In the beginning, they told me how he’d be the first to my crib when I cried. He’d pick me up and bounce me around the room and try to get me back to sleep. Sometimes it worked and he’d sit next to my bed for the rest of the night in case I woke up again.

He helped feed me and allegedly was a pretty decent babysitter. I mean I’m eighteen now and still alive, so it’s safe to say he didn’t do a terrible job.

As I got older, I followed him around like a shadow, and he never minded it. Of course, there were nights he wanted to go out with his friends and I threw a whole ass tantrum over not being able to go with him. But he always promised to make it up to me the next day.

He always delivered.

When I was six years old, he went to his prom and I was devastated that I didn’t get to put on a pretty dress like his girlfriend, Luna, who I hated because I wanted to be the only girl in his life. But the next day, he told me to put on my prettiest dress and he set up a makeshift prom in our living room. With a cake and punch and everything. I was even crowned Prom Queen.

I was seven when he left for college and I cried myself to sleep every night for three months. Even though he called and texted and emailed, it wasn’t enough. I missed him so deeply. I missed him in a way that I assume was similar to missing a parent. Looking back, I wonder if him leaving stirred up feelings of being left by my birth parents.

Remember, I am a black girl with a white family; I knew I was adopted early on.

James never moved back in after college, except for that first summer. I was eleven then and it didn’t seem like he had the same amount of time as before. He was always working and didn’t have time for me and my Barbies like he did before. I even tried to sit next to him while he did work and write in my journal to seem more grown up. He would just chuckle before getting on the phone barking about numbers.

So now you can see how being around James all my life has created a bit of a complex, right?

I was fourteen when my older brother also became my first crush. He came home from New York for the weekend with way more facial hair, biceps and tattoos, and for the first time, I saw him as a man. He scooped me up in his arms like he always did and squeezed me and feeling all of those muscles and hard abs pressed against me made me feel like I was going to faint.

I knew it was wrong and taboo, but I knew nothing would come from it.
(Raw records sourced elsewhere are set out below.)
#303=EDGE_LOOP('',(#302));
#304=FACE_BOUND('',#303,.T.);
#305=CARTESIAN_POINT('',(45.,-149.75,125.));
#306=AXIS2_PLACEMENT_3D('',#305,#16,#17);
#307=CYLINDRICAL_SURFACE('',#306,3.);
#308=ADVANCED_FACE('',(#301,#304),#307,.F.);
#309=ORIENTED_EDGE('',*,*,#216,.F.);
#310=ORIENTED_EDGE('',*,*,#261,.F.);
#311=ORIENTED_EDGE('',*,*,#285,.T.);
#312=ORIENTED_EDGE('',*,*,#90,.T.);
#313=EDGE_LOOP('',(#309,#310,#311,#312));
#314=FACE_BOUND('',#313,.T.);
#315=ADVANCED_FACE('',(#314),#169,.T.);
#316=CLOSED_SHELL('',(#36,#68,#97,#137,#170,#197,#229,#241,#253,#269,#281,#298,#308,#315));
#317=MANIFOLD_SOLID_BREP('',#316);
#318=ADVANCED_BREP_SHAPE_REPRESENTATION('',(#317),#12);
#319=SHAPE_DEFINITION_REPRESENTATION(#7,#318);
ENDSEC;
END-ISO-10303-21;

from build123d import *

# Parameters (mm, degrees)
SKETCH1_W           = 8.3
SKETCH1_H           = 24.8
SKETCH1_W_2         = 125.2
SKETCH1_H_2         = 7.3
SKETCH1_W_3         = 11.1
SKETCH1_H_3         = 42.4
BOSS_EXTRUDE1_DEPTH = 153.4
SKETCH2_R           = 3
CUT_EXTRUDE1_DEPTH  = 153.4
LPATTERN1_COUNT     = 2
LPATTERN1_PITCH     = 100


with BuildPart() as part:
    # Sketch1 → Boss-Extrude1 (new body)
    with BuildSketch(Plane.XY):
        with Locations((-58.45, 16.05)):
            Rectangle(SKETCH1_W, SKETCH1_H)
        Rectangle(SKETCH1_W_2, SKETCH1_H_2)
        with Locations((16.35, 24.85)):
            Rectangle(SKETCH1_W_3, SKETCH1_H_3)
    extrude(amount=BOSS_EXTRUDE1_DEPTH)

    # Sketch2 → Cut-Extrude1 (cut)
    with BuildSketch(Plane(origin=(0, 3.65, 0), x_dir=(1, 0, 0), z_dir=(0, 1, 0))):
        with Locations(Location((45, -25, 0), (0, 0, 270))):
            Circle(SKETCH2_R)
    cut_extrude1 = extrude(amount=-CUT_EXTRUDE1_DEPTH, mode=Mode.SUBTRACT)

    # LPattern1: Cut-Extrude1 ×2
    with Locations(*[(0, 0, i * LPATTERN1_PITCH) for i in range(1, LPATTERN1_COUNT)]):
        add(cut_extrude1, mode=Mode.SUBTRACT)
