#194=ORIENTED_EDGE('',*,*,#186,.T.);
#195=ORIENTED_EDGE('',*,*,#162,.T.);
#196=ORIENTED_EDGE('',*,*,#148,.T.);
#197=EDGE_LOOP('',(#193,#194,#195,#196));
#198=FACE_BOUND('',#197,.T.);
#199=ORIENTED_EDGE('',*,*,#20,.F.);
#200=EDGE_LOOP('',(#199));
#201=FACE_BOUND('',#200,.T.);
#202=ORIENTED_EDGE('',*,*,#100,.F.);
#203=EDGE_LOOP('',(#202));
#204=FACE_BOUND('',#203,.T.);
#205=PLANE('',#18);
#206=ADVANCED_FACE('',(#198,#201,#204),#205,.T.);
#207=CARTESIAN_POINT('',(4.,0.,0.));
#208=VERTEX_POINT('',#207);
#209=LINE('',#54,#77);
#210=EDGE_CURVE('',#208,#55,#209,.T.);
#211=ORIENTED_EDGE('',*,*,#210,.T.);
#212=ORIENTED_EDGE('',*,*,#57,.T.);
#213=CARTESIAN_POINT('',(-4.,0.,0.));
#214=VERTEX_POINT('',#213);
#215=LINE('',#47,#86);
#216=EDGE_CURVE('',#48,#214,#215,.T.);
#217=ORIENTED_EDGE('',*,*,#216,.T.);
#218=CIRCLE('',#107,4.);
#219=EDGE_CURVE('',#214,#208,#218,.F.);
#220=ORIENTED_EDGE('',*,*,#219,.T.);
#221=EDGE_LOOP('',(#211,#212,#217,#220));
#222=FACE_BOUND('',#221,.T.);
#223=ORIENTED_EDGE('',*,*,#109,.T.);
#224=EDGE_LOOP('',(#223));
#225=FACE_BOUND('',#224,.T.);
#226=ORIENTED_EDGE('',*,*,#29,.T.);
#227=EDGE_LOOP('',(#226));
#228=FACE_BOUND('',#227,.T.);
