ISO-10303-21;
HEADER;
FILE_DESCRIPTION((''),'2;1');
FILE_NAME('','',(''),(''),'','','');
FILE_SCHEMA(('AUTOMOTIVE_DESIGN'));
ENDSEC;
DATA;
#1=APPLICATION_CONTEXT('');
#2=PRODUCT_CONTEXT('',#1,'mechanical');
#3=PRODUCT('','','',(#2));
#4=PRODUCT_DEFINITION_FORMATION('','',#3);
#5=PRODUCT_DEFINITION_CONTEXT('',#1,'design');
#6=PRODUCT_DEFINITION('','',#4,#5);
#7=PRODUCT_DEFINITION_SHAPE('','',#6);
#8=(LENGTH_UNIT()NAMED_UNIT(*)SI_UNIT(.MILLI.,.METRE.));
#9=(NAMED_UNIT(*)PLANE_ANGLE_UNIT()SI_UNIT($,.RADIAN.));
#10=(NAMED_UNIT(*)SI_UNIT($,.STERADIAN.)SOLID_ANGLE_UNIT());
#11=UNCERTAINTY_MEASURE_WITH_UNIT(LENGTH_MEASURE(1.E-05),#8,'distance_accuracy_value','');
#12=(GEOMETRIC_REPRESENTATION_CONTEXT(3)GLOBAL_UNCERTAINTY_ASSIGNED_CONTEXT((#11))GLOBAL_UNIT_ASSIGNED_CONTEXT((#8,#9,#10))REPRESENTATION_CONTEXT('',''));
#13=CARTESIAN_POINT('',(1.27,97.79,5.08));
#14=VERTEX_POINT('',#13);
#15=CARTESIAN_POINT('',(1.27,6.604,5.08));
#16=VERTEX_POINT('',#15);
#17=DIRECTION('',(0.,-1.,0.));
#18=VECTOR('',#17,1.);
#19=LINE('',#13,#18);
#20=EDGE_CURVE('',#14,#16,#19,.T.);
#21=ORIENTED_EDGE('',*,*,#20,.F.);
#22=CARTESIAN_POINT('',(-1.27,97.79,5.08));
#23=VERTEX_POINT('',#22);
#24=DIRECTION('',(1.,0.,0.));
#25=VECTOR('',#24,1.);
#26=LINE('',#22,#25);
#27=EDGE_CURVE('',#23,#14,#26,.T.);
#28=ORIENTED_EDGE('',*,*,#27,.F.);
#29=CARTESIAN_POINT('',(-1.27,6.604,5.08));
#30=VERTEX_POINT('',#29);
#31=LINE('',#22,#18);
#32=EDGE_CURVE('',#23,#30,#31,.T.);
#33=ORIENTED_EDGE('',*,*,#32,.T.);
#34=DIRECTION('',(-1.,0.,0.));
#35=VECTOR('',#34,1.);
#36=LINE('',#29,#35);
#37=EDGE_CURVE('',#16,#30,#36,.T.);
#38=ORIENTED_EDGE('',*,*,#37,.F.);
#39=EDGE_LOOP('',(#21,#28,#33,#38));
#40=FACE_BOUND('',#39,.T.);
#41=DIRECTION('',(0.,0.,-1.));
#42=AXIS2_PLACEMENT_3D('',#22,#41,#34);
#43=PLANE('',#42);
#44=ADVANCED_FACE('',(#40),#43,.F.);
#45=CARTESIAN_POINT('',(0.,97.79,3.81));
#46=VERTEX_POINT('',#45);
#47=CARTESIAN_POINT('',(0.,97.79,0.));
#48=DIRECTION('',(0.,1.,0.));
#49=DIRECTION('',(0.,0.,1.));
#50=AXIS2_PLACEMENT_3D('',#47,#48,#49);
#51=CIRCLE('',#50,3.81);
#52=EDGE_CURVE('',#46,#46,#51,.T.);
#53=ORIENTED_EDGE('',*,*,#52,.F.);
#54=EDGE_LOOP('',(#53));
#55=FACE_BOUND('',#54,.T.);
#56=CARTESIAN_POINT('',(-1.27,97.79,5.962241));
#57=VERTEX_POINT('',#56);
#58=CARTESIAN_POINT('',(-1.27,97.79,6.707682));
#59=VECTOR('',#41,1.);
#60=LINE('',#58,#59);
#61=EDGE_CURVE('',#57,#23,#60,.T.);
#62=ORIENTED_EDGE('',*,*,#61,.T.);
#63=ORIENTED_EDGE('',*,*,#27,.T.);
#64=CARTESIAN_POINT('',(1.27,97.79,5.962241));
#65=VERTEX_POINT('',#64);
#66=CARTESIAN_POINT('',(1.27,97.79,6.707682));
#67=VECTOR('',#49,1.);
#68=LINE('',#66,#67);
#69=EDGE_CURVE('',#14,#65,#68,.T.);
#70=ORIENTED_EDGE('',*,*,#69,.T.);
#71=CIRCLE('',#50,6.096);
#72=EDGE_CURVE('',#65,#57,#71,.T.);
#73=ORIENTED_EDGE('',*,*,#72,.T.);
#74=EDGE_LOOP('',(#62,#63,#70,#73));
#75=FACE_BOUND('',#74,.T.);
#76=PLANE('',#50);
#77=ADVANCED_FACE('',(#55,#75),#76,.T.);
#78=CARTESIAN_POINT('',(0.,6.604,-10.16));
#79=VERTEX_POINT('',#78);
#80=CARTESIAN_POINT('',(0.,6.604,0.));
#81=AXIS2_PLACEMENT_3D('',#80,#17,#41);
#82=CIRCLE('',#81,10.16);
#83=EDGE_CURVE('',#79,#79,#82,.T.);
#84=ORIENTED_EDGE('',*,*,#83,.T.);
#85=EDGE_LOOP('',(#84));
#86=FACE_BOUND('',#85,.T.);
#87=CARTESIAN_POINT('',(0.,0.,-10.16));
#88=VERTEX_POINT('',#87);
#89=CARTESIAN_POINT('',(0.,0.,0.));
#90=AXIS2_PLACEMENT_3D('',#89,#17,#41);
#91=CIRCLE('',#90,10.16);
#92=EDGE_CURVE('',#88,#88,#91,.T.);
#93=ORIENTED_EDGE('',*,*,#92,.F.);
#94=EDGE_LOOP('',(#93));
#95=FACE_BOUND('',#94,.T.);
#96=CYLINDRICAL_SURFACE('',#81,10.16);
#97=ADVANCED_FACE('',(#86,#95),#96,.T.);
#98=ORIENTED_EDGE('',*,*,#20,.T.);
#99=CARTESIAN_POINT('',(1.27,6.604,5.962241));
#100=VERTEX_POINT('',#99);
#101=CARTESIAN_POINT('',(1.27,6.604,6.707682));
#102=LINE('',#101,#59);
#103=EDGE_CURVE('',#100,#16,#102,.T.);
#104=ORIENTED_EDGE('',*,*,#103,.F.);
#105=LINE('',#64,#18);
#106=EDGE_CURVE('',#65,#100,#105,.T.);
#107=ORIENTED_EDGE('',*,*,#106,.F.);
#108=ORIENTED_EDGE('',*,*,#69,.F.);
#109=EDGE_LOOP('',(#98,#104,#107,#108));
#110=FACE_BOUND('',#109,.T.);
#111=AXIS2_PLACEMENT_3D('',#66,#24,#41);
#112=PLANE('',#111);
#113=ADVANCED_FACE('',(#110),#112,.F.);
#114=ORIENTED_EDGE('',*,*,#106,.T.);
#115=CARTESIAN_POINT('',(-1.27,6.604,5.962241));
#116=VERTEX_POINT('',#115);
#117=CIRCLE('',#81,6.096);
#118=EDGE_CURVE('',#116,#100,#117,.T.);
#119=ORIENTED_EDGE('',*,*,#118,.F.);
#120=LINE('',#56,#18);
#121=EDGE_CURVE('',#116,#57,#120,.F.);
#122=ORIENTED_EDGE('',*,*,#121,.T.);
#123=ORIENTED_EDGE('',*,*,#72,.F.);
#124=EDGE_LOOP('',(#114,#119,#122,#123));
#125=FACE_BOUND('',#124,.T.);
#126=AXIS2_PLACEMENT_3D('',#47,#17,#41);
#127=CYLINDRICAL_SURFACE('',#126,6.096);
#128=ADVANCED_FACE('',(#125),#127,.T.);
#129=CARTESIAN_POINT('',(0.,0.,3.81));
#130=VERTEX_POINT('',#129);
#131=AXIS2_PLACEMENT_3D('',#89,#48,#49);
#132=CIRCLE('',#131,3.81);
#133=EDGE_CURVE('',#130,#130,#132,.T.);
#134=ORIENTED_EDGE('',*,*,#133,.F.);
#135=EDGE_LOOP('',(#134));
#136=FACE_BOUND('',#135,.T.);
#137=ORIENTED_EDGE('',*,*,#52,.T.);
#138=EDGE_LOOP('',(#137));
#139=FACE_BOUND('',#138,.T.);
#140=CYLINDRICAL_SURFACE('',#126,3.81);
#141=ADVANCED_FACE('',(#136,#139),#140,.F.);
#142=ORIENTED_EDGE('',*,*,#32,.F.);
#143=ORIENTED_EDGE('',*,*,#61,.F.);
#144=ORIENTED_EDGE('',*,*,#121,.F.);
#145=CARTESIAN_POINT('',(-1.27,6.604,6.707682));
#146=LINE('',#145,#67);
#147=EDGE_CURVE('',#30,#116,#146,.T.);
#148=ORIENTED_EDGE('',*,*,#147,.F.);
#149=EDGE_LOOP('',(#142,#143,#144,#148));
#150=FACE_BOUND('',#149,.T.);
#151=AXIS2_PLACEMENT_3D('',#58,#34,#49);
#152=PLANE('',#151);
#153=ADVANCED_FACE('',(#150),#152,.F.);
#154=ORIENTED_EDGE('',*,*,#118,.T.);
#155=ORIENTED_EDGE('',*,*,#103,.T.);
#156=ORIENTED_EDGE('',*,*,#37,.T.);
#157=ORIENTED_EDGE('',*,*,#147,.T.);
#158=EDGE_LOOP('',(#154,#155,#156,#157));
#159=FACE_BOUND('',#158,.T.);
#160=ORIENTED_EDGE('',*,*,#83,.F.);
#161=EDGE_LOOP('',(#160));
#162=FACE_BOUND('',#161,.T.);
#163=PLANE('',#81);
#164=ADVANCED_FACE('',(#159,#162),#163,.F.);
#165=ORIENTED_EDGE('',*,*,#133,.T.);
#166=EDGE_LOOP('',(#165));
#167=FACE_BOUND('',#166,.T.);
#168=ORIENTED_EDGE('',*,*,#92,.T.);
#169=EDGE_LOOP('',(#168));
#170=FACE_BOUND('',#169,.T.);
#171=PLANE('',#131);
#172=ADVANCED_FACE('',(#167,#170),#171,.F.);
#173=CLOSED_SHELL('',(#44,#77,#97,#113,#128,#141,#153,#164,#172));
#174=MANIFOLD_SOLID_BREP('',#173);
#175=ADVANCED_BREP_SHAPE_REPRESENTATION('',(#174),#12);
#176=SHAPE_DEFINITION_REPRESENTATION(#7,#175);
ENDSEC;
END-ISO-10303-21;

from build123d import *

# Parameters (mm, degrees)
SKETCH1_R               = 6.096
SKETCH1_R_2             = 3.81
BOSS_EXTRUDE1_DEPTH     = 97.79
SKETCH2_W               = 2.54
SKETCH2_H               = 1.627681679
CUT_EXTRUDE1_DEPTH      = 1
CUT_EXTRUDE1_DEPTH_BACK = 98.79
SKETCH3_R               = 10.16
SKETCH3_R_2             = 3.81
BOSS_EXTRUDE2_DEPTH     = 6.604


with BuildPart() as part:
    # Sketch1 → Boss-Extrude1 (new body)
    with BuildSketch(Plane(origin=(0, 0, 0), x_dir=(1, 0, 0), z_dir=(0, 1, 0))):
        Circle(SKETCH1_R)
        Circle(SKETCH1_R_2, mode=Mode.SUBTRACT)
    extrude(amount=BOSS_EXTRUDE1_DEPTH)

    # Sketch2 → Cut-Extrude1 (cut, two sides)
    with BuildSketch(Plane.XZ) as cut_extrude1_sk:
        with Locations((0, 5.89384084)):
            Rectangle(SKETCH2_W, SKETCH2_H)
    extrude(amount=CUT_EXTRUDE1_DEPTH, mode=Mode.SUBTRACT)
    extrude(cut_extrude1_sk.sketch, amount=-CUT_EXTRUDE1_DEPTH_BACK, mode=Mode.SUBTRACT)

    # Sketch3 → Boss-Extrude2 (add)
    with BuildSketch(Plane.XZ):
        Circle(SKETCH3_R)
        Circle(SKETCH3_R_2, mode=Mode.SUBTRACT)
    extrude(amount=-BOSS_EXTRUDE2_DEPTH)


solid = part.part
So, I felt safe, only living out this fantasy in my dark and twisted mind. But sometimes, late at night when the air was still and the house was quiet, I’d explore my body. Pretending it was his touch, his fingers, his mouth on me.

Somewhere in that same deep and twisted space, I imagined that one day, we’d cross that line. And in those moments, I damned my soul to hell for eternity because I knew given the chance, I’d take it.